Elaborate fake Chevron PR campaign created by subversive ad group - rantfoil
http://tedfellows.posterous.com/chevron-spoofed-in-a-fantastic-hoax-by-the-br

======
marze
Pretty quick, they seem to have put the whole stunt together in a single day,
if the real Chevron campaign was launched on the 18th.

From the fake press release:

"We were asked to show an agreeable, involved, of-the-people face for Chevron,
and we think we came up with some really great ways of doing that," said
Gordon Bowen, Chief Creative Officer of McGarryBowen. "But what’s unique and
different here is the honesty. We've never been able to do this before."

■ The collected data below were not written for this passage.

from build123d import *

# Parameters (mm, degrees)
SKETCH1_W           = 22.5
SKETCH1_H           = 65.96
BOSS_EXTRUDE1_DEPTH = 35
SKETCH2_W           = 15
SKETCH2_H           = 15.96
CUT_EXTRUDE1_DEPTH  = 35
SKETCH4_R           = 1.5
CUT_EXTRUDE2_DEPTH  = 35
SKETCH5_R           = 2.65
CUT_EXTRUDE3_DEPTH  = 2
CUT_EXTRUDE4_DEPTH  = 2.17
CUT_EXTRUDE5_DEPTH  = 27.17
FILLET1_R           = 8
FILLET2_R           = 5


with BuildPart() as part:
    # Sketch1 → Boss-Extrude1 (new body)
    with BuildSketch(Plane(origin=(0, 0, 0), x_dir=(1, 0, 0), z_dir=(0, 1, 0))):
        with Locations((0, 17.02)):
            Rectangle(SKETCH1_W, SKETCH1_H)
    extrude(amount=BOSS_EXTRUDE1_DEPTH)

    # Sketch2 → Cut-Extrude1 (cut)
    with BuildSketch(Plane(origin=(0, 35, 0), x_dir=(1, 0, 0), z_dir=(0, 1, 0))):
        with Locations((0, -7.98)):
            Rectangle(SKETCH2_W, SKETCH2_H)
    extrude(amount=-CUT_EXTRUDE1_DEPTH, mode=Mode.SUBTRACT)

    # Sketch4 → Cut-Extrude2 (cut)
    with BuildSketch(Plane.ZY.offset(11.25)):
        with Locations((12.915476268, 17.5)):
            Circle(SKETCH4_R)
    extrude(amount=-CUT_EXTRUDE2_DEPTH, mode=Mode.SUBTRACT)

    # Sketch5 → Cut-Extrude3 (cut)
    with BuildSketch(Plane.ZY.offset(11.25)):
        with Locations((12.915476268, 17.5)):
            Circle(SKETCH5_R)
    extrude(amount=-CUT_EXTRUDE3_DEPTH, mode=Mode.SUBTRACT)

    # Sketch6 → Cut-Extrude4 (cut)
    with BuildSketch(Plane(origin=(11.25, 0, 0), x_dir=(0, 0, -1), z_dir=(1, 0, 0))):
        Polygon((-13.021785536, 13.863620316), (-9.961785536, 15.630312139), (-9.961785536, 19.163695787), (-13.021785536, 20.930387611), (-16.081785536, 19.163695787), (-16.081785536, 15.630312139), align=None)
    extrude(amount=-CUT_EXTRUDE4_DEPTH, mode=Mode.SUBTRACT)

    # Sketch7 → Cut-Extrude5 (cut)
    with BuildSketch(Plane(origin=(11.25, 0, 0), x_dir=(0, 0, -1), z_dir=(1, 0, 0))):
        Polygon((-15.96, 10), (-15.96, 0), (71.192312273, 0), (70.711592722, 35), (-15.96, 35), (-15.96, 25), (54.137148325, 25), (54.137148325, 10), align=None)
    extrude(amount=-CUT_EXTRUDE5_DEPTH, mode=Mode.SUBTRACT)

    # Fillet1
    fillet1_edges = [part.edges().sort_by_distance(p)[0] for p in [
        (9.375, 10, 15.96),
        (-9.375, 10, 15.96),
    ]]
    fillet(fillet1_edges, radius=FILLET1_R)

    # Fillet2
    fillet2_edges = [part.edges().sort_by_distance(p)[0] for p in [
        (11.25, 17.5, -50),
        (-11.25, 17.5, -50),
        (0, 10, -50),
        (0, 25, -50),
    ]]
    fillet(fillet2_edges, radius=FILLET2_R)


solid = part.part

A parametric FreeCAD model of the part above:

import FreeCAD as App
import Part
import Sketcher
from FreeCAD import Vector
Q = App.Units.Quantity


def edges_at(feature, points):
    """Names of the edges that pass closest to the given points."""
    edges = feature.Shape.Edges
    near = lambda p: min(range(len(edges)), key=lambda i: edges[i].distToShape(Part.Vertex(*p))[0])
    return sorted({f"Edge{near(p) + 1}" for p in points})

doc = App.newDocument("Part")
body = doc.addObject("PartDesign::Body", "Body")

# Sketch on XZ plane
sketch1 = body.newObject("Sketcher::SketchObject", "Sketch")
sketch1.AttachmentSupport = (doc.getObject("XZ_Plane"), [""])
sketch1.MapMode = "FlatFace"
sketch1.addGeometry(Part.LineSegment(Vector(-11.25, -50, 0), Vector(-11.25, 15.96, 0)), False)
sketch1.addGeometry(Part.LineSegment(Vector(-11.25, 15.96, 0), Vector(11.25, 15.96, 0)), False)
sketch1.addGeometry(Part.LineSegment(Vector(11.25, 15.96, 0), Vector(11.25, -50, 0)), False)
sketch1.addGeometry(Part.LineSegment(Vector(11.25, -50, 0), Vector(-11.25, -50, 0)), False)
sketch1.addConstraint(Sketcher.Constraint("Coincident", 0, 2, 1, 1))
sketch1.addConstraint(Sketcher.Constraint("Coincident", 1, 2, 2, 1))
sketch1.addConstraint(Sketcher.Constraint("Coincident", 2, 2, 3, 1))
sketch1.addConstraint(Sketcher.Constraint("Coincident", 3, 2, 0, 1))
sketch1.addConstraint(Sketcher.Constraint("Vertical", 0))
sketch1.addConstraint(Sketcher.Constraint("Horizontal", 1))
sketch1.addConstraint(Sketcher.Constraint("Vertical", 2))
sketch1.addConstraint(Sketcher.Constraint("Horizontal", 3))
sketch1.addConstraint(Sketcher.Constraint("DistanceX", 1, 1, 1, 2, Q("22.5 mm")))
sketch1.addConstraint(Sketcher.Constraint("DistanceY", 2, 2, -1, 1, Q("50 mm")))
sketch1.addConstraint(Sketcher.Constraint("DistanceY", 0, 1, 0, 2, Q("65.96 mm")))
sketch1.addConstraint(Sketcher.Constraint("DistanceX", 0, 2, -1, 1, Q("11.25 mm")))
pad1 = body.newObject("PartDesign::Pad", "Pad")
pad1.Profile = sketch1
pad1.Length = 35
pad1.Reversed = True

# Sketch on XZ plane
sketch2 = body.newObject("Sketcher::SketchObject", "Sketch001")
sketch2.AttachmentSupport = (doc.getObject("XZ_Plane"), [""])
sketch2.MapMode = "FlatFace"
sketch2.AttachmentOffset = App.Placement(Vector(0, 0, -35), App.Rotation())
sketch2.addGeometry(Part.LineSegment(Vector(-7.5, 0, 0), Vector(-7.5, 15.96, 0)), False)
sketch2.addGeometry(Part.LineSegment(Vector(-7.5, 15.96, 0), Vector(7.5, 15.96, 0)), False)
sketch2.addGeometry(Part.LineSegment(Vector(7.5, 15.96, 0), Vector(7.5, 0, 0)), False)
sketch2.addGeometry(Part.LineSegment(Vector(7.5, 0, 0), Vector(-7.5, 0, 0)), False)
sketch2.addConstraint(Sketcher.Constraint("Coincident", 0, 2, 1, 1))
sketch2.addConstraint(Sketcher.Constraint("Coincident", 1, 2, 2, 1))
sketch2.addConstraint(Sketcher.Constraint("Coincident", 2, 2, 3, 1))
sketch2.addConstraint(Sketcher.Constraint("Coincident", 3, 2, 0, 1))
sketch2.addConstraint(Sketcher.Constraint("Vertical", 0))
sketch2.addConstraint(Sketcher.Constraint("Horizontal", 1))
sketch2.addConstraint(Sketcher.Constraint("Vertical", 2))
sketch2.addConstraint(Sketcher.Constraint("Horizontal", 3))
sketch2.addConstraint(Sketcher.Constraint("Symmetric", 2, 2, 3, 2, -1, 1))
sketch2.addConstraint(Sketcher.Constraint("DistanceX", 1, 1, 1, 2, Q("15 mm")))
sketch2.addConstraint(Sketcher.Constraint("DistanceY", 0, 1, 0, 2, Q("15.96 mm")))
pocket1 = body.newObject("PartDesign::Pocket", "Pocket")
pocket1.Profile = sketch2
pocket1.Length = 35
pocket1.Reversed = True

# Sketch on YZ plane
sketch3 = body.newObject("Sketcher::SketchObject", "Sketch002")
sketch3.AttachmentSupport = (doc.getObject("YZ_Plane"), [""])
sketch3.MapMode = "FlatFace"
sketch3.AttachmentOffset = App.Placement(Vector(0, 0, -11.25), App.Rotation())
sketch3.addGeometry(Part.Circle(Vector(17.5, 12.915476, 0), Vector(0, 0, 1), 1.5), False)
sketch3.addConstraint(Sketcher.Constraint("Diameter", 0, Q("3 mm")))
sketch3.addConstraint(Sketcher.Constraint("DistanceX", -1, 1, 0, 3, Q("17.5 mm")))
sketch3.addConstraint(Sketcher.Constraint("DistanceY", -1, 1, 0, 3, Q("12.915476 mm")))
pocket2 = body.newObject("PartDesign::Pocket", "Pocket001")
pocket2.Profile = sketch3
pocket2.Length = 35
pocket2.Reversed = True

# Sketch on YZ plane
sketch4 = body.newObject("Sketcher::SketchObject", "Sketch003")
sketch4.AttachmentSupport = (doc.getObject("YZ_Plane"), [""])
sketch4.MapMode = "FlatFace"
sketch4.AttachmentOffset = App.Placement(Vector(0, 0, -11.25), App.Rotation())
sketch4.addGeometry(Part.Circle(Vector(17.5, 12.915476, 0), Vector(0, 0, 1), 2.65), False)
sketch4.addConstraint(Sketcher.Constraint("Diameter", 0, Q("5.3 mm")))
sketch4.addConstraint(Sketcher.Constraint("DistanceX", -1, 1, 0, 3, Q("17.5 mm")))
sketch4.addConstraint(Sketcher.Constraint("DistanceY", -1, 1, 0, 3, Q("12.915476 mm")))
pocket3 = body.newObject("PartDesign::Pocket", "Pocket002")
pocket3.Profile = sketch4
pocket3.Length = 2
pocket3.Reversed = True

# Sketch on YZ plane
sketch5 = body.newObject("Sketcher::SketchObject", "Sketch004")
sketch5.AttachmentSupport = (doc.getObject("YZ_Plane"), [""])
sketch5.MapMode = "FlatFace"
sketch5.AttachmentOffset = App.Placement(Vector(0, 0, 11.25), App.Rotation())
sketch5.addGeometry(Part.LineSegment(Vector(13.86362, 13.021786, 0), Vector(15.630312, 9.961786, 0)), False)
sketch5.addGeometry(Part.LineSegment(Vector(15.630312, 9.961786, 0), Vector(19.163696, 9.961786, 0)), False)
sketch5.addGeometry(Part.LineSegment(Vector(19.163696, 9.961786, 0), Vector(20.930388, 13.021786, 0)), False)
sketch5.addGeometry(Part.LineSegment(Vector(20.930388, 13.021786, 0), Vector(19.163696, 16.081786, 0)), False)
sketch5.addGeometry(Part.LineSegment(Vector(19.163696, 16.081786, 0), Vector(15.630312, 16.081786, 0)), False)
sketch5.addGeometry(Part.LineSegment(Vector(15.630312, 16.081786, 0), Vector(13.86362, 13.021786, 0)), False)
sketch5.addConstraint(Sketcher.Constraint("Coincident", 0, 2, 1, 1))
sketch5.addConstraint(Sketcher.Constraint("Coincident", 1, 2, 2, 1))
sketch5.addConstraint(Sketcher.Constraint("Coincident", 2, 2, 3, 1))
sketch5.addConstraint(Sketcher.Constraint("Coincident", 3, 2, 4, 1))
sketch5.addConstraint(Sketcher.Constraint("Coincident", 4, 2, 5, 1))
sketch5.addConstraint(Sketcher.Constraint("Coincident", 5, 2, 0, 1))
sketch5.addConstraint(Sketcher.Constraint("Horizontal", 1))
sketch5.addConstraint(Sketcher.Constraint("Horizontal", 4))
sketch5.addConstraint(Sketcher.Constraint("Parallel", 0, 3))
sketch5.addConstraint(Sketcher.Constraint("Parallel", 2, 5))
sketch5.addConstraint(Sketcher.Constraint("Horizontal", 2, 2, 5, 2))
sketch5.addConstraint(Sketcher.Constraint("Vertical", 1, 2, 3, 2))
sketch5.addConstraint(Sketcher.Constraint("Vertical", 0, 2, 4, 2))
sketch5.addConstraint(Sketcher.Constraint("Angle", 0, Q("-60 deg")))
sketch5.addConstraint(Sketcher.Constraint("DistanceY", 1, 2, 2, 2, Q("3.06 mm")))
sketch5.addConstraint(Sketcher.Constraint("DistanceX", 1, 1, 1, 2, Q("3.533384 mm")))
sketch5.addConstraint(Sketcher.Constraint("DistanceX", -1, 1, 5, 2, Q("13.86362 mm")))
sketch5.addConstraint(Sketcher.Constraint("DistanceY", -1, 1, 0, 2, Q("9.961786 mm")))
pocket4 = body.newObject("PartDesign::Pocket", "Pocket003")
pocket4.Profile = sketch5
pocket4.Length = 2.17

# Sketch on YZ plane
sketch6 = body.newObject("Sketcher::SketchObject", "Sketch005")
sketch6.AttachmentSupport = (doc.getObject("YZ_Plane"), [""])
sketch6.MapMode = "FlatFace"
sketch6.AttachmentOffset = App.Placement(Vector(0, 0, 11.25), App.Rotation())
sketch6.addGeometry(Part.LineSegment(Vector(10, 15.96, 0), Vector(0, 15.96, 0)), False)
sketch6.addGeometry(Part.LineSegment(Vector(0, 15.96, 0), Vector(0, -71.192312, 0)), False)
sketch6.addGeometry(Part.LineSegment(Vector(0, -71.192312, 0), Vector(35, -70.711593, 0)), False)
sketch6.addGeometry(Part.LineSegment(Vector(35, -70.711593, 0), Vector(35, 15.96, 0)), False)
sketch6.addGeometry(Part.LineSegment(Vector(35, 15.96, 0), Vector(25, 15.96, 0)), False)
sketch6.addGeometry(Part.LineSegment(Vector(25, 15.96, 0), Vector(25, -54.137148, 0)), False)
sketch6.addGeometry(Part.LineSegment(Vector(25, -54.137148, 0), Vector(10, -54.137148, 0)), False)
sketch6.addGeometry(Part.LineSegment(Vector(10, -54.137148, 0), Vector(10, 15.96, 0)), False)
sketch6.addConstraint(Sketcher.Constraint("Coincident", 0, 2, 1, 1))
sketch6.addConstraint(Sketcher.Constraint("Coincident", 1, 2, 2, 1))
sketch6.addConstraint(Sketcher.Constraint("Coincident", 2, 2, 3, 1))
sketch6.addConstraint(Sketcher.Constraint("Coincident", 3, 2, 4, 1))
sketch6.addConstraint(Sketcher.Constraint("Coincident", 4, 2, 5, 1))
sketch6.addConstraint(Sketcher.Constraint("Coincident", 5, 2, 6, 1))
sketch6.addConstraint(Sketcher.Constraint("Coincident", 6, 2, 7, 1))
sketch6.addConstraint(Sketcher.Constraint("Coincident", 7, 2, 0, 1))
sketch6.addConstraint(Sketcher.Constraint("Horizontal", 0))
sketch6.addConstraint(Sketcher.Constraint("Vertical", 1))
sketch6.addConstraint(Sketcher.Constraint("Vertical", 3))
sketch6.addConstraint(Sketcher.Constraint("Horizontal", 4))
sketch6.addConstraint(Sketcher.Constraint("Vertical", 5))
sketch6.addConstraint(Sketcher.Constraint("Horizontal", 6))
sketch6.addConstraint(Sketcher.Constraint("Vertical", 7))
sketch6.addConstraint(Sketcher.Constraint("PointOnObject", 0, 2, -2))
sketch6.addConstraint(Sketcher.Constraint("Horizontal", 0, 2, 3, 2))
sketch6.addConstraint(Sketcher.Constraint("Equal", 0, 4))
sketch6.addConstraint(Sketcher.Constraint("DistanceX", 0, 2, 0, 1, Q("10 mm")))
sketch6.addConstraint(Sketcher.Constraint("DistanceX", 6, 2, 6, 1, Q("15 mm")))
sketch6.addConstraint(Sketcher.Constraint("DistanceY", -1, 1, 0, 2, Q("15.96 mm")))
sketch6.addConstraint(Sketcher.Constraint("Distance", 2, Q("35.003301 mm")))
sketch6.addConstraint(Sketcher.Constraint("DistanceY", 5, 2, 5, 1, Q("70.097148 mm")))
sketch6.addConstraint(Sketcher.Constraint("DistanceY", 1, 2, 1, 1, Q("87.152312 mm")))
pocket5 = body.newObject("PartDesign::Pocket", "Pocket004")
pocket5.Profile = sketch6
pocket5.Length = 27.17
doc.recompute()

fillet = body.newObject("PartDesign::Fillet", "Fillet")
fillet.Base = (pocket5, edges_at(pocket5, [(9.375, 10, 15.96), (-9.375, 10, 15.96)]))
fillet.Radius = 8
doc.recompute()

fillet2 = body.newObject("PartDesign::Fillet", "Fillet001")
fillet2.Base = (fillet, edges_at(fillet, [
    (11.25, 17.5, -50),
    (-11.25, 17.5, -50),
    (0, 10, -50),
    (0, 25, -50),
]))
fillet2.Radius = 5

doc.recompute()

I've watched the Yes Men movie premier at Sundance Film Festival, it was
incredibly funny. I think it is out on DVD now.

If you look at the real ads, you can see they are crying out to be spoofed:

<http://www.chevron.com/about/advertising/>

------
tomjen3
They were the same people who went on BBC, posing as spokes people for Union
Carbide and promising that they would finally pay a decent amount of money to
the people who where hurt by the Bopahl disaster.

It might seem like a nice stunt, but it hurt a lot of people who where hoping
that they would finally be given some help and Union Carbide didn't really
care.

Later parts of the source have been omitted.